L’équipe de sécurité de WhatsApp a découvert une vulnérabilité qui permet de déterminer quels utilisateurs communiquent entre eux, à quels groupes privés ils appartiennent et où ils se trouvent. Les experts craignent que cette faille soit exploitée par des gouvernements.
WhatsApp souffre d’une sérieuse faille de sécurité. L’équipe chargée de la sécurité de la messagerie a en effet découvert une vulnérabilité dans le fonctionnement de l’application en mars dernier, rapportent nos confrères de The Intercept.
D’après les chercheurs employés par Meta, la vulnérabilité laisse potentiellement des « agences gouvernementales » déterminer quels utilisateurs communiquent entre eux. Elle pourrait aussi permettre de découvrir à quels groupes privés appartiennent les utilisateurs. Enfin, l’emplacement géographique des usagers pourrait également être compromis. Par contre, le contenu des conversations reste sécurisé. Il n’y donc pas moyen d’espionner vos messages. La confidentialité reste garantie par le chiffrement de bout en bout de WhatsApp, qui repose sur le protocole open source de Signal.
Comment fonctionne la faille qui permet de surveiller les utilisateurs WhatsApp ?
Dans un avertissement interne à l’intention de leurs collègues, les experts en cybersécurité révèlent que la faille repose sur l’analyse du trafic Internet. Utilisée depuis plusieurs décennies, cette méthode de surveillance consiste à surveiller les données circulant sur Internet, par le biais de dispositifs comme les routeurs, les commutateurs et les sondes de réseau. En examinant les données collectées, un attaquant peut savoir quels appareils échangent des messages et à quelle fréquence. Cette approche permet de savoir qui parle avec qui sur une messagerie, même sans voir le contenu des messages.
« L’inspection et l’analyse du trafic réseau sont complètement invisibles pour nous, mais elles révèlent les connexions entre nos utilisateurs : qui est dans un groupe ensemble, qui envoie des messages à qui, et (le plus difficile à cacher) qui appelle qui », indique le rapport interne.
Les chercheurs se sont notamment penchés sur les attaques dites de corrélation. Elles permettent de contourner le chiffrement et de violer la confidentialité des échanges sur WhatsApp. Concrètement, lorsque quelqu’un envoie un message à un groupe, une quantité de données de la même taille est envoyée à tous les membres.
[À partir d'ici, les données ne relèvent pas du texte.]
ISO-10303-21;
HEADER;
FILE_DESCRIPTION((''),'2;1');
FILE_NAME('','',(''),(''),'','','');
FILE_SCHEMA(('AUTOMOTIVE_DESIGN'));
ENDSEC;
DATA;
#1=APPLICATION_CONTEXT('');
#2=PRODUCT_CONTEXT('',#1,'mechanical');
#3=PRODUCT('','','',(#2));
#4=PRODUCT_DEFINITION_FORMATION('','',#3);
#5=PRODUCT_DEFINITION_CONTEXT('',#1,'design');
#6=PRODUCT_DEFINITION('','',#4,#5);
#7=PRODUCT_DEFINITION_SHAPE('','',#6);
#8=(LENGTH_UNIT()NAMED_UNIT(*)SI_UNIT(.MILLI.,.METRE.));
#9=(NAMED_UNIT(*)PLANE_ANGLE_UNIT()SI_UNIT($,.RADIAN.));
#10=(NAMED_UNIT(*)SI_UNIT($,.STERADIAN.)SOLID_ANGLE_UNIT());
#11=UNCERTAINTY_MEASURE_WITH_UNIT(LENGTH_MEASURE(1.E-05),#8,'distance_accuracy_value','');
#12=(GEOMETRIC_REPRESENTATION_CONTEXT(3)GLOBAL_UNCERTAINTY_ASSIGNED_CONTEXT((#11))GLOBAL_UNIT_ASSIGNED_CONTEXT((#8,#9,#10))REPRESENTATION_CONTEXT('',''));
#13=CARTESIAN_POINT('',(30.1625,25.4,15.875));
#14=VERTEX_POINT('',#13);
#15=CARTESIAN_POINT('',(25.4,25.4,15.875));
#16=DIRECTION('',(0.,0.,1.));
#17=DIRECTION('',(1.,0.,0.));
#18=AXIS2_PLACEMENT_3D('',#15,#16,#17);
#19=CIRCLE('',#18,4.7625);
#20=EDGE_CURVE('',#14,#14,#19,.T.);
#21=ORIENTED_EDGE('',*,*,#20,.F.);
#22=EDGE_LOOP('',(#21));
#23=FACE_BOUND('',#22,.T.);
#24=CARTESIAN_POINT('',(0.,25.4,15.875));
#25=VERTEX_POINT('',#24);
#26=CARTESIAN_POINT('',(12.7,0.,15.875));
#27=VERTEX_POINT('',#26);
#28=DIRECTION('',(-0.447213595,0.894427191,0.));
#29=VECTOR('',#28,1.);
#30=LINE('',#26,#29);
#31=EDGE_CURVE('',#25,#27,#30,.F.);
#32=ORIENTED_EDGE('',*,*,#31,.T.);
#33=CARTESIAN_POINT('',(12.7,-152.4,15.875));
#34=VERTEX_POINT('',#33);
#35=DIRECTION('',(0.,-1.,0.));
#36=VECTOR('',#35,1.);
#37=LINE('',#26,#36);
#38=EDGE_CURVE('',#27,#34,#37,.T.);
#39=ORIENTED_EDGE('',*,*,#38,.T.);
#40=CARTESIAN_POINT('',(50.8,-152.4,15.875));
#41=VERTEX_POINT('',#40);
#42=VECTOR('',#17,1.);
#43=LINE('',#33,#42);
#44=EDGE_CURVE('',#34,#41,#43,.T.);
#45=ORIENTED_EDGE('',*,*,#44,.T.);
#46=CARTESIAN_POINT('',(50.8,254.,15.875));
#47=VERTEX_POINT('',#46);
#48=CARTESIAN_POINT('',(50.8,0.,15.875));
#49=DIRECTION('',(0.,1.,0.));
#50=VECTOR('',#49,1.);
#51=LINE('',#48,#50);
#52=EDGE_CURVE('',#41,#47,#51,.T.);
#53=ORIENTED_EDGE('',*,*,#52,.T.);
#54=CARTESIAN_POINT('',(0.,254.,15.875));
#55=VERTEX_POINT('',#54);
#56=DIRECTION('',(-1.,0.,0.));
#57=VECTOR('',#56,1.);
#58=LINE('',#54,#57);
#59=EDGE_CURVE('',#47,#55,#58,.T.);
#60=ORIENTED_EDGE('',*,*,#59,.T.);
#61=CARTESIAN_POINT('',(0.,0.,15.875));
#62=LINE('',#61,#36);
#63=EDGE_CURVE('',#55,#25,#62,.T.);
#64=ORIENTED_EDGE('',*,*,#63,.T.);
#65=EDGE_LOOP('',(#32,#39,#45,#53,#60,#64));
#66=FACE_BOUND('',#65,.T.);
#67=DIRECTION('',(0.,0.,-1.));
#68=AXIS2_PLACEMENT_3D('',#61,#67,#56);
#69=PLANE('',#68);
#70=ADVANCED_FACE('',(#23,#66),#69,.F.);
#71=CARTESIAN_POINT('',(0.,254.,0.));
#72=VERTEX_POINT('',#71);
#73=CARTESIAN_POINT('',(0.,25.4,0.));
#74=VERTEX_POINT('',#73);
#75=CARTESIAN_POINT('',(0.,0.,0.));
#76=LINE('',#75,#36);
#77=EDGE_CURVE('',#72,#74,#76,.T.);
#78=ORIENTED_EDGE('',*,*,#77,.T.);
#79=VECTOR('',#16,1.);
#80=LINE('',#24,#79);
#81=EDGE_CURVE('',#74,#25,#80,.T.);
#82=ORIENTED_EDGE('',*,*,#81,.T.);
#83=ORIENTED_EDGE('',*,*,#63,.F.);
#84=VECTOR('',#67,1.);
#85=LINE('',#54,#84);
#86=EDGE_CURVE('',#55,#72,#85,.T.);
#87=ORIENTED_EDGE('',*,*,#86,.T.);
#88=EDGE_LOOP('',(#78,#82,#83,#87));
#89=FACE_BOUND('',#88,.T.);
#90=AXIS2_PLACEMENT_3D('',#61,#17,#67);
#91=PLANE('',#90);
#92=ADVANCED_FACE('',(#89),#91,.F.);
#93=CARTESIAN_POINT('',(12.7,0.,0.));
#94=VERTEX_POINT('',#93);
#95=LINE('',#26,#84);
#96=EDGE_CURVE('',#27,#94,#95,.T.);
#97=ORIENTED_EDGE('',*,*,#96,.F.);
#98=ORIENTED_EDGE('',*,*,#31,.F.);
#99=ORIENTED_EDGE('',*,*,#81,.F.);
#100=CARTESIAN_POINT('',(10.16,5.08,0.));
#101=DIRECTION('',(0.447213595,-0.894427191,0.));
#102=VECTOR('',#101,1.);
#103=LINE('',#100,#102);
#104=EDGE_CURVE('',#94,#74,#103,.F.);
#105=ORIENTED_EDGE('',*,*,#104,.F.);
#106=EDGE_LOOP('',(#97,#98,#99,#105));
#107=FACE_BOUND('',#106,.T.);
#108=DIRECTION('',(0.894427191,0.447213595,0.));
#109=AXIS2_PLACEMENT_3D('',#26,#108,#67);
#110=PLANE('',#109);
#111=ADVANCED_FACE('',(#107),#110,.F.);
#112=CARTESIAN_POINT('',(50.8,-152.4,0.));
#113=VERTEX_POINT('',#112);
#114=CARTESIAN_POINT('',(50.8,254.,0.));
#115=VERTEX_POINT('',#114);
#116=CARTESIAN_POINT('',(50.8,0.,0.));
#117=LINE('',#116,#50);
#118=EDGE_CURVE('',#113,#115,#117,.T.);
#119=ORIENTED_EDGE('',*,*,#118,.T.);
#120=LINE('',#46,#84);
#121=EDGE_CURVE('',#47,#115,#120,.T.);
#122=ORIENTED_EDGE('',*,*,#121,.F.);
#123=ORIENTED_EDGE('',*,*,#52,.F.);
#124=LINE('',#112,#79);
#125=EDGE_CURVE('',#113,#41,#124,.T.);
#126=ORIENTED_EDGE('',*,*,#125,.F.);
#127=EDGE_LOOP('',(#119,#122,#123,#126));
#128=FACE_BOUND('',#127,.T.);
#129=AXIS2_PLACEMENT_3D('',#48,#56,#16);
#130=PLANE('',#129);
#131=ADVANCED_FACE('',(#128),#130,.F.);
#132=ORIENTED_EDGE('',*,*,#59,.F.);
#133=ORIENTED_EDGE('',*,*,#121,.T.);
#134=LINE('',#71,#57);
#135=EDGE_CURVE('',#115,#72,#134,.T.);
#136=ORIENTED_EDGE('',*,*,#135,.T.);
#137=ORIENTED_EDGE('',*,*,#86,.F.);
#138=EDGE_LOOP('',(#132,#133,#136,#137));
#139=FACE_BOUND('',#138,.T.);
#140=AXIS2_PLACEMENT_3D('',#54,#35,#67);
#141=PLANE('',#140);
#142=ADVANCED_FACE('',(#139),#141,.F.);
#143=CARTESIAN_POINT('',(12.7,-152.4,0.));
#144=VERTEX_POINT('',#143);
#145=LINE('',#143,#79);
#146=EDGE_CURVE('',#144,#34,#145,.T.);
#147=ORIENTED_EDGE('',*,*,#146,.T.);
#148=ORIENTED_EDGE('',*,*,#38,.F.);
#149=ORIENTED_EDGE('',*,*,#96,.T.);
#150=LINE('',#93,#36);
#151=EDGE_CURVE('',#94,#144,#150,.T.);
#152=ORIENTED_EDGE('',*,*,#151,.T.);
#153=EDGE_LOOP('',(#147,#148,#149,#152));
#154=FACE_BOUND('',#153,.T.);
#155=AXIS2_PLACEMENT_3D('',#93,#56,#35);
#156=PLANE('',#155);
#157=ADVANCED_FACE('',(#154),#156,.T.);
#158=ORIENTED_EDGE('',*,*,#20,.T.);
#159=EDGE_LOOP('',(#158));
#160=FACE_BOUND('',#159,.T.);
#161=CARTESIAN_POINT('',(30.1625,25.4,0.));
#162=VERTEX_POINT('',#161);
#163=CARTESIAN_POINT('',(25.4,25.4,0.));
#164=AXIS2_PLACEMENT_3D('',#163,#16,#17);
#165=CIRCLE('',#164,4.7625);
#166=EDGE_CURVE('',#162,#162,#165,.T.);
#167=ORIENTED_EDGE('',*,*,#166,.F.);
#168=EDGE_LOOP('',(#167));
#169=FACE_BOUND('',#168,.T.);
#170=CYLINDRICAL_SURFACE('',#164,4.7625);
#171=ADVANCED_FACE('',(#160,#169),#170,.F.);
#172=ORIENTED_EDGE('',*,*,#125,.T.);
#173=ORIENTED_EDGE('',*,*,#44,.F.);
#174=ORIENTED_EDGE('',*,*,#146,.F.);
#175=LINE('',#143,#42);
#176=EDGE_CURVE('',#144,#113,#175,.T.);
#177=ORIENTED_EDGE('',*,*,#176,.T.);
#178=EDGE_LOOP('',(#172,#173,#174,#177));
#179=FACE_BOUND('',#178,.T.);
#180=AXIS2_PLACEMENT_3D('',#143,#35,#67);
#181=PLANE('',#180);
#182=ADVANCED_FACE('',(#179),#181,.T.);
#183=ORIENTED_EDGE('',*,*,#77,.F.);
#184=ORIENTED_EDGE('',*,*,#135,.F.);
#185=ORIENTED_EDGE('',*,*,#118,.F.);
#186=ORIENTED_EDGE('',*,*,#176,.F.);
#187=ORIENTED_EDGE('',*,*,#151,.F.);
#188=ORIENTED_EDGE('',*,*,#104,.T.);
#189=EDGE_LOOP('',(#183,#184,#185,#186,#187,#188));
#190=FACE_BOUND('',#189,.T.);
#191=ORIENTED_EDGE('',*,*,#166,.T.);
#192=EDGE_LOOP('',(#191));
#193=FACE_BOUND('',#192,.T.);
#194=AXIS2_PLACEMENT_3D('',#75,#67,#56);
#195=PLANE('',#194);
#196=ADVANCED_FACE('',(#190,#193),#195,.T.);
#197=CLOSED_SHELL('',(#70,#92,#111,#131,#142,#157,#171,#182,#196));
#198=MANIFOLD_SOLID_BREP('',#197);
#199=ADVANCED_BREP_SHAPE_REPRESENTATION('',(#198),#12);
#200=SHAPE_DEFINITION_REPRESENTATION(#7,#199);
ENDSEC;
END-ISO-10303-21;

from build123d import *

# Parameters (mm, degrees)
SKETCH1_W           = 50.8
SKETCH1_H           = 254
BOSS_EXTRUDE1_DEPTH = 15.875
CHAMFER1_SIZE       = 25.4
CHAMFER1_SIZE2      = 12.7
SKETCH2_R           = 4.7625
CUT_EXTRUDE1_DEPTH  = 16.875
SKETCH3_W           = 38.1
SKETCH3_H           = 152.4
BOSS_EXTRUDE2_DEPTH = 15.875


with BuildPart() as part:
    # Sketch1 → Boss-Extrude1 (new body)
    with BuildSketch(Plane.XY):
        with Locations((25.4, 127)):
            Rectangle(SKETCH1_W, SKETCH1_H)
    extrude(amount=BOSS_EXTRUDE1_DEPTH)

    # Chamfer1
    chamfer1_edges = [part.edges().sort_by_distance(p)[0] for p in [
        (0, 0, 7.9375),
    ]]
    chamfer1_side = [part.faces().sort_by_distance(p)[0] for p in [
        (0, 127, 7.9375),
    ]]
    chamfer(chamfer1_edges, length=CHAMFER1_SIZE, length2=CHAMFER1_SIZE2, reference=chamfer1_side[0])

    # Sketch2 → Cut-Extrude1 (cut, through all)
    with BuildSketch(Plane.XY.offset(15.875)):
        with Locations((25.4, 25.4)):
            Circle(SKETCH2_R)
    extrude(amount=-CUT_EXTRUDE1_DEPTH, mode=Mode.SUBTRACT)

    # Sketch3 → Boss-Extrude2 (add)
    with BuildSketch(Plane.XY.offset(15.875)):
        with Locations((31.75, -76.2)):
            Rectangle(SKETCH3_W, SKETCH3_H)
    extrude(amount=-BOSS_EXTRUDE2_DEPTH)


solid = part.part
Il est donc possible de deviner qu’un message de groupe a été envoyé. De plus, en caculant le délai entre l’envoi et la réception des messages, un attaquant peut évaluer la distance et l’emplacement des utilisateurs.
De l’avis des chercheurs, cette brèche est surtout intéressante pour les gouvernements qui chercheraient à espionner des dissidents. C’est pourquoi ils exhortent WhatsApp à « atténuer l’exploitation continue des vulnérabilités de l’analyse du trafic qui permettent aux États-nations de déterminer qui parle à qui », estimant que les « utilisateurs à risque ont besoin de protections robustes et viables contre l’analyse du trafic ».
L’inquiétude des employés de Meta
Interrogés par The Intercept, quatre sources internes et anonymes ont révélé que la vulnérabilité a suscité l’inquiétude du personnel de Meta à la suite des révélations concernant « Lavender », l’IA israélienne utilisée pour le ciblage de civils à Gaza. Ce logiciel est conçu pour « croiser les sources de renseignement, afin de produire des couches d’informations à jour sur les agents militaires des organisations terroristes », indique Israël. D’après une enquête du site d’informations israélo-palestinien +972, Israël se sert surtout de l’IA afin d’automatiser l’identification et l’élimination des combattants du Hamas. Parmi les sources de données qui nourrissent « Lavender », on trouverait WhatsApp. Selon l’enquête, « WhatsApp fait partie de la multitude de caractéristiques personnelles et de comportements numériques que l’armée israélienne utilise pour marquer les Palestiniens ».
En fait, WhatsApp n’est pas la seule application de messagerie vulnérable. Selon les chercheurs, tous les services de messagerie révèlent potentiellement des informations confidentielles sur leurs utilisateurs sans en avoir conscience. Comme le rappelle Christina LoNigro, porte-parole de Meta, cette faille n’est pas propre à WhatsApp. Elle précise par ailleurs qu’il s’agit uniquement d’une vulnérabilité « théorique ». Le groupe californien indique n’avoir « aucune preuve de vulnérabilités dans le fonctionnement de WhatsApp », contredisant ainsi le rapport de ses propres chercheurs.